Shallow water theory assumes that the horizontal dimensions are significantly greater than the vertical. The accuracy of the model thus decreases for very steep surface gradients or rapidly changing flow conditions.

Shallow water models may also include Turbulence terms which have been omitted from the current version of Tensys Hydro. Turbulent flow calculations are difficult to implement and equally difficult to validate. The addition of Turbulence terms would thus not guarantee improved simulation accuracy, particularly when steady state results are required.

 

Validation

The Hydro tool has been calibrated against a variety of published example cases and assessed against three distinct criteria.

1.       Is the software implementation bug free?

2.       Is the algorithm able to model the shallow water equations accurately?

3.       Are the shallow water equations suitable for use for this kind of problem?

Items 1 and 2 have been addressed by comparison with analytical, numerical, experimental and real world results. Published data is used to verify the simulation output in conjunction with manual verification to check the results appear feasible. A selection of images from validation studies are shown below.

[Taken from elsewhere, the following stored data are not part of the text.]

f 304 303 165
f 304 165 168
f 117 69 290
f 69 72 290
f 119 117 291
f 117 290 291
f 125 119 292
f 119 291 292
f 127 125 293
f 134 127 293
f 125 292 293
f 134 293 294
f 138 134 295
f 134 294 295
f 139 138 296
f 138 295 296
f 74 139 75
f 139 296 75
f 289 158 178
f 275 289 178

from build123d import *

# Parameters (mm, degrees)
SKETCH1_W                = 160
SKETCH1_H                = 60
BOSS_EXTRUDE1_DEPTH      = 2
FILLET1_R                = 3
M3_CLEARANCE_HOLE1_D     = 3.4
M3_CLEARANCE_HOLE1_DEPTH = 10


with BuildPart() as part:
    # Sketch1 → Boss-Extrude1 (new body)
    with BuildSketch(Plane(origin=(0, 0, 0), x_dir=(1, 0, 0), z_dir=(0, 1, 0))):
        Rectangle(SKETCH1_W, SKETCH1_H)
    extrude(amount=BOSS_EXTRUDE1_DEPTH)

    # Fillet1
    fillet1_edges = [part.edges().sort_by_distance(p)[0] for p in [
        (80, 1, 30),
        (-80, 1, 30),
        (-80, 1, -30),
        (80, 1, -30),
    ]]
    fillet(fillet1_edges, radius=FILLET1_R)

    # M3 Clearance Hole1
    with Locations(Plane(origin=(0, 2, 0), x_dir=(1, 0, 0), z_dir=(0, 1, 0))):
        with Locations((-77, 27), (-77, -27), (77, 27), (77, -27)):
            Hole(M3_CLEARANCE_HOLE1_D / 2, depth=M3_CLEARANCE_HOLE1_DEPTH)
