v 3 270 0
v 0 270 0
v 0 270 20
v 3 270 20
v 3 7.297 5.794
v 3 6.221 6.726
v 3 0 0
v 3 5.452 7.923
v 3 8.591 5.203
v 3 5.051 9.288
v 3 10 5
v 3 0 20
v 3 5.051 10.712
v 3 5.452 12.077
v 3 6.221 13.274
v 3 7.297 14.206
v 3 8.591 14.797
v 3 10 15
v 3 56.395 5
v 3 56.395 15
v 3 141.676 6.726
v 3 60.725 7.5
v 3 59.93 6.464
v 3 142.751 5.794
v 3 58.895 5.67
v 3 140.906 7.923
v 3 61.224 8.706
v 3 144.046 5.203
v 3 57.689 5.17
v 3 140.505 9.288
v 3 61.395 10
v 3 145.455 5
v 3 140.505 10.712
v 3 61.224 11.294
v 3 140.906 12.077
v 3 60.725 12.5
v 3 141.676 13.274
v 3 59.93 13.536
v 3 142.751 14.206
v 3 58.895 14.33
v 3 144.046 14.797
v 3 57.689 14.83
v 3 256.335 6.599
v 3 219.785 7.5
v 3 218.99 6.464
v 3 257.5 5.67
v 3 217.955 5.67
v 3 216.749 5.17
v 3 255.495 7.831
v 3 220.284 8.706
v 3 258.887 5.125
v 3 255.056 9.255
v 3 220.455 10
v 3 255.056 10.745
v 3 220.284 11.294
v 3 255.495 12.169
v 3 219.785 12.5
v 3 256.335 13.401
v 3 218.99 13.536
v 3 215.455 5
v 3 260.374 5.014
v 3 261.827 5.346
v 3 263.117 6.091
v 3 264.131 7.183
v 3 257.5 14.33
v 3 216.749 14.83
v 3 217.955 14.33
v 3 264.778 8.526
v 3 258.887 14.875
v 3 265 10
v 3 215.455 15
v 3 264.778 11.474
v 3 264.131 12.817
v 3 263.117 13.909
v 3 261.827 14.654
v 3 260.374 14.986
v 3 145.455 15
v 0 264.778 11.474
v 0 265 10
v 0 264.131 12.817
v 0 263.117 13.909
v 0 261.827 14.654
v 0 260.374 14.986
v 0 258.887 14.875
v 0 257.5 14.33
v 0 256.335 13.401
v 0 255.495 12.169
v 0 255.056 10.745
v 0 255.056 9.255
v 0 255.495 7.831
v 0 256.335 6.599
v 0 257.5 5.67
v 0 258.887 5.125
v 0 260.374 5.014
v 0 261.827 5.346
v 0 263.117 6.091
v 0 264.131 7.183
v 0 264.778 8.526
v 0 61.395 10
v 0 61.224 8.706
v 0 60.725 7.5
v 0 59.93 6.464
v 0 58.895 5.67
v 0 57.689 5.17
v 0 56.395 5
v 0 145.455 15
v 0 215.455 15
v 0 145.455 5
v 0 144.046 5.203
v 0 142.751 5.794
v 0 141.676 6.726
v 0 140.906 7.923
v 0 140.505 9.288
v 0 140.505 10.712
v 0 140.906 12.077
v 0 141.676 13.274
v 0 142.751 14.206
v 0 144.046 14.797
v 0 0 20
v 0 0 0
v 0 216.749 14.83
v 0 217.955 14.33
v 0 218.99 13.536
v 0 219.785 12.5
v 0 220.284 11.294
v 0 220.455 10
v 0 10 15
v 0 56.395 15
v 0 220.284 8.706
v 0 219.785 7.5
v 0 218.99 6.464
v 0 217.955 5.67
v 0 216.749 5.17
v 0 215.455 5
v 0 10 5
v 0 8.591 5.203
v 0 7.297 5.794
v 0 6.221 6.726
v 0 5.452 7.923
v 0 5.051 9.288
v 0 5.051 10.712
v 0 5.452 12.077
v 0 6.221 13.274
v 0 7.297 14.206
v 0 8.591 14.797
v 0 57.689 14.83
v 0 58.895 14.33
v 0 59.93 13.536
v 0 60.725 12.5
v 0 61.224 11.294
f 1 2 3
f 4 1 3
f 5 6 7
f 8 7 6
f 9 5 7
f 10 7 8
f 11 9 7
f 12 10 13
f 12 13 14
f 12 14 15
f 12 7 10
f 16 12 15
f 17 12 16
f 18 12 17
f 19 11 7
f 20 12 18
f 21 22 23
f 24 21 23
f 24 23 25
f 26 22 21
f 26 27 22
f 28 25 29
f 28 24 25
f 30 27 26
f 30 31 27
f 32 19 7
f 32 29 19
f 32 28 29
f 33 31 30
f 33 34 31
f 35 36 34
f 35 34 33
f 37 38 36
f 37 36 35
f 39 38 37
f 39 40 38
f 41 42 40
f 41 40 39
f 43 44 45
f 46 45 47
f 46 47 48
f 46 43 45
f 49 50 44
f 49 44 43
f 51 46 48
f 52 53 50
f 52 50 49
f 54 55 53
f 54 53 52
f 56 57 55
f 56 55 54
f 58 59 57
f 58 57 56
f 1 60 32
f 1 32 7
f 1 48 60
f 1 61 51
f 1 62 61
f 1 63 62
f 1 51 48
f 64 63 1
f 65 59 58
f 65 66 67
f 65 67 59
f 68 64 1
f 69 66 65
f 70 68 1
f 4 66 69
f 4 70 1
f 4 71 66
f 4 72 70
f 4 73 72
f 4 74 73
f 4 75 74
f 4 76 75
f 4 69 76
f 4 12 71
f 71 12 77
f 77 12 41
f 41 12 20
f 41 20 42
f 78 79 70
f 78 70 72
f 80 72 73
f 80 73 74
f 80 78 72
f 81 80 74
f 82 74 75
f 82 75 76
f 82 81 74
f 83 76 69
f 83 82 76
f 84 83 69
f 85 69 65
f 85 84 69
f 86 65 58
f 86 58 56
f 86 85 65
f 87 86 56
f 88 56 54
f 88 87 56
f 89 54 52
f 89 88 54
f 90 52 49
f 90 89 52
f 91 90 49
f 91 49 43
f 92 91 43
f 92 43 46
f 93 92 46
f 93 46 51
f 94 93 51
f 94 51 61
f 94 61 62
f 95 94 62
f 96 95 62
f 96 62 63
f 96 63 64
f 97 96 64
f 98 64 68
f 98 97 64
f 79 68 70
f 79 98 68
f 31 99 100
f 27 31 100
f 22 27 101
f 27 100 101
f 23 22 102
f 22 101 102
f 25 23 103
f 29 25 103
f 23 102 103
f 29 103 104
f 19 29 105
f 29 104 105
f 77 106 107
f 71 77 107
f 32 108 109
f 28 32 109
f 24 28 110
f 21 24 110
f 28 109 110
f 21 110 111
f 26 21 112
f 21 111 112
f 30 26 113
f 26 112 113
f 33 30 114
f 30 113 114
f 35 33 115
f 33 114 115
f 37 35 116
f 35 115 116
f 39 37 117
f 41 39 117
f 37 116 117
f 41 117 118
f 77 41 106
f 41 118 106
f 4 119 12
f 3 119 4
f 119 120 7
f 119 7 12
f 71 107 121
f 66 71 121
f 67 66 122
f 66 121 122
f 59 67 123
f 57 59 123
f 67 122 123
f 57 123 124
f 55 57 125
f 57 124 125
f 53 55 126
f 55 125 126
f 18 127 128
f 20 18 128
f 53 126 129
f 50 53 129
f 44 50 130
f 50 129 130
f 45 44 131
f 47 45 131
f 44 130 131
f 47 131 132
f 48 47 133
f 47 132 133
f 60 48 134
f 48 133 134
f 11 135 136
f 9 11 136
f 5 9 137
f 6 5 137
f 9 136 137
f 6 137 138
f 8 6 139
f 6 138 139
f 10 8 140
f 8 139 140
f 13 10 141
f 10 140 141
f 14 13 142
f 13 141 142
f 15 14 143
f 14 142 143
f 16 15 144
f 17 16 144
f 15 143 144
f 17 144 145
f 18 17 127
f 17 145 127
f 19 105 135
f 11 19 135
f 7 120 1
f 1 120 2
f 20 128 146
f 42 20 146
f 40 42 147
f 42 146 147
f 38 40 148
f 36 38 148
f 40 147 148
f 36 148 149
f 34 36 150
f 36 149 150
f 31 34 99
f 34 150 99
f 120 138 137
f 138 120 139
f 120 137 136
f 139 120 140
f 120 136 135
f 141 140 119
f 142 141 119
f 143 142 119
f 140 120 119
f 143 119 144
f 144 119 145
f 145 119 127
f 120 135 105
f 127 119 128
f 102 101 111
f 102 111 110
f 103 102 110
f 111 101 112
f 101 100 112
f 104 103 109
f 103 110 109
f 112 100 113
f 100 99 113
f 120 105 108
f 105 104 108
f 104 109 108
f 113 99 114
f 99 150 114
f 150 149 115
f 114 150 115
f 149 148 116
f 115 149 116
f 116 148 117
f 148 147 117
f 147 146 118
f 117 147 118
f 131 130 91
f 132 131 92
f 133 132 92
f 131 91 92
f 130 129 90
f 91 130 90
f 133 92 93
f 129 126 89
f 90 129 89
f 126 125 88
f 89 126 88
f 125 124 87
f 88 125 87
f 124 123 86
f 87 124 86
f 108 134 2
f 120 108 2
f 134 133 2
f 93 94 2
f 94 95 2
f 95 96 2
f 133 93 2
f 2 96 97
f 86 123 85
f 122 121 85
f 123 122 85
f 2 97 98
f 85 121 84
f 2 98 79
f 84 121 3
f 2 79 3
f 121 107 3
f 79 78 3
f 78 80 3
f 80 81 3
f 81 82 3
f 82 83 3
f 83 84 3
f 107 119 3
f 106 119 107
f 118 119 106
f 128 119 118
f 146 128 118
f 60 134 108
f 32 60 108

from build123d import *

# Parameters (mm, degrees)
F0_W     = 270
F0_H     = 20
F0_R     = 5
F1_DEPTH = 3


with BuildPart() as f1:
    # F0 (on Right) → F1 (new body)
    with BuildSketch(Plane.YZ):
        with Locations((135, 10)):
            Rectangle(F0_W, F0_H)
        with BuildLine():
            ThreePointArc((10, 5), (5, 10), (10, 15))
            Line((10, 15), (56.39484, 15))
            ThreePointArc((56.39484, 15), (59.930374, 13.535534), (61.39484, 10))
            ThreePointArc((61.39484, 10), (59.930374, 6.464466), (56.39484, 5))
            Line((56.39484, 5), (10, 5))
        make_face(mode=Mode.SUBTRACT)
        with BuildLine():
            ThreePointArc((145.45455, 5), (140.45455, 10), (145.45455, 15))
            Line((145.45455, 15), (215.45455, 15))
            ThreePointArc((215.45455, 15), (218.990084, 13.535534), (220.45455, 10))
            ThreePointArc((220.45455, 10), (218.990084, 6.464466), (215.45455, 5))
            Line((215.45455, 5), (145.45455, 5))
        make_face(mode=Mode.SUBTRACT)
        with Locations((260, 10)):
            Circle(F0_R, mode=Mode.SUBTRACT)
    extrude(amount=F1_DEPTH)


solid = f1.part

Item 3 on the validation checklist is by far the hardest to quantify without structure specific experimental data. Published literature is also non-specific about the maximum slopes permissible for shallow water theory. Water depth is also sensitive to the surface friction parameters which may not be known for the surface in question. Results on water depths for steep slopes (> 10°) must thus be used with care, particularly for simulations of transient waves. 

 

Application

In engineering design it is generally the fluid distribution in the steady state condition is of most interest, and for this latter case the Tensys Hydro solver can be used with a high degree of confidence. In the steady state, what comes in must come out again, and thus the software can be used to assess flow rates at outflow drainage points under constant rain loading.

The determination of local water velocity and depth is limited by the need to provide realistic assessments of turbulence and friction factors. Without careful calibration against experimental testing for a similar problem, industrial applications of Tensys Hydro should focus on flowrate assessment.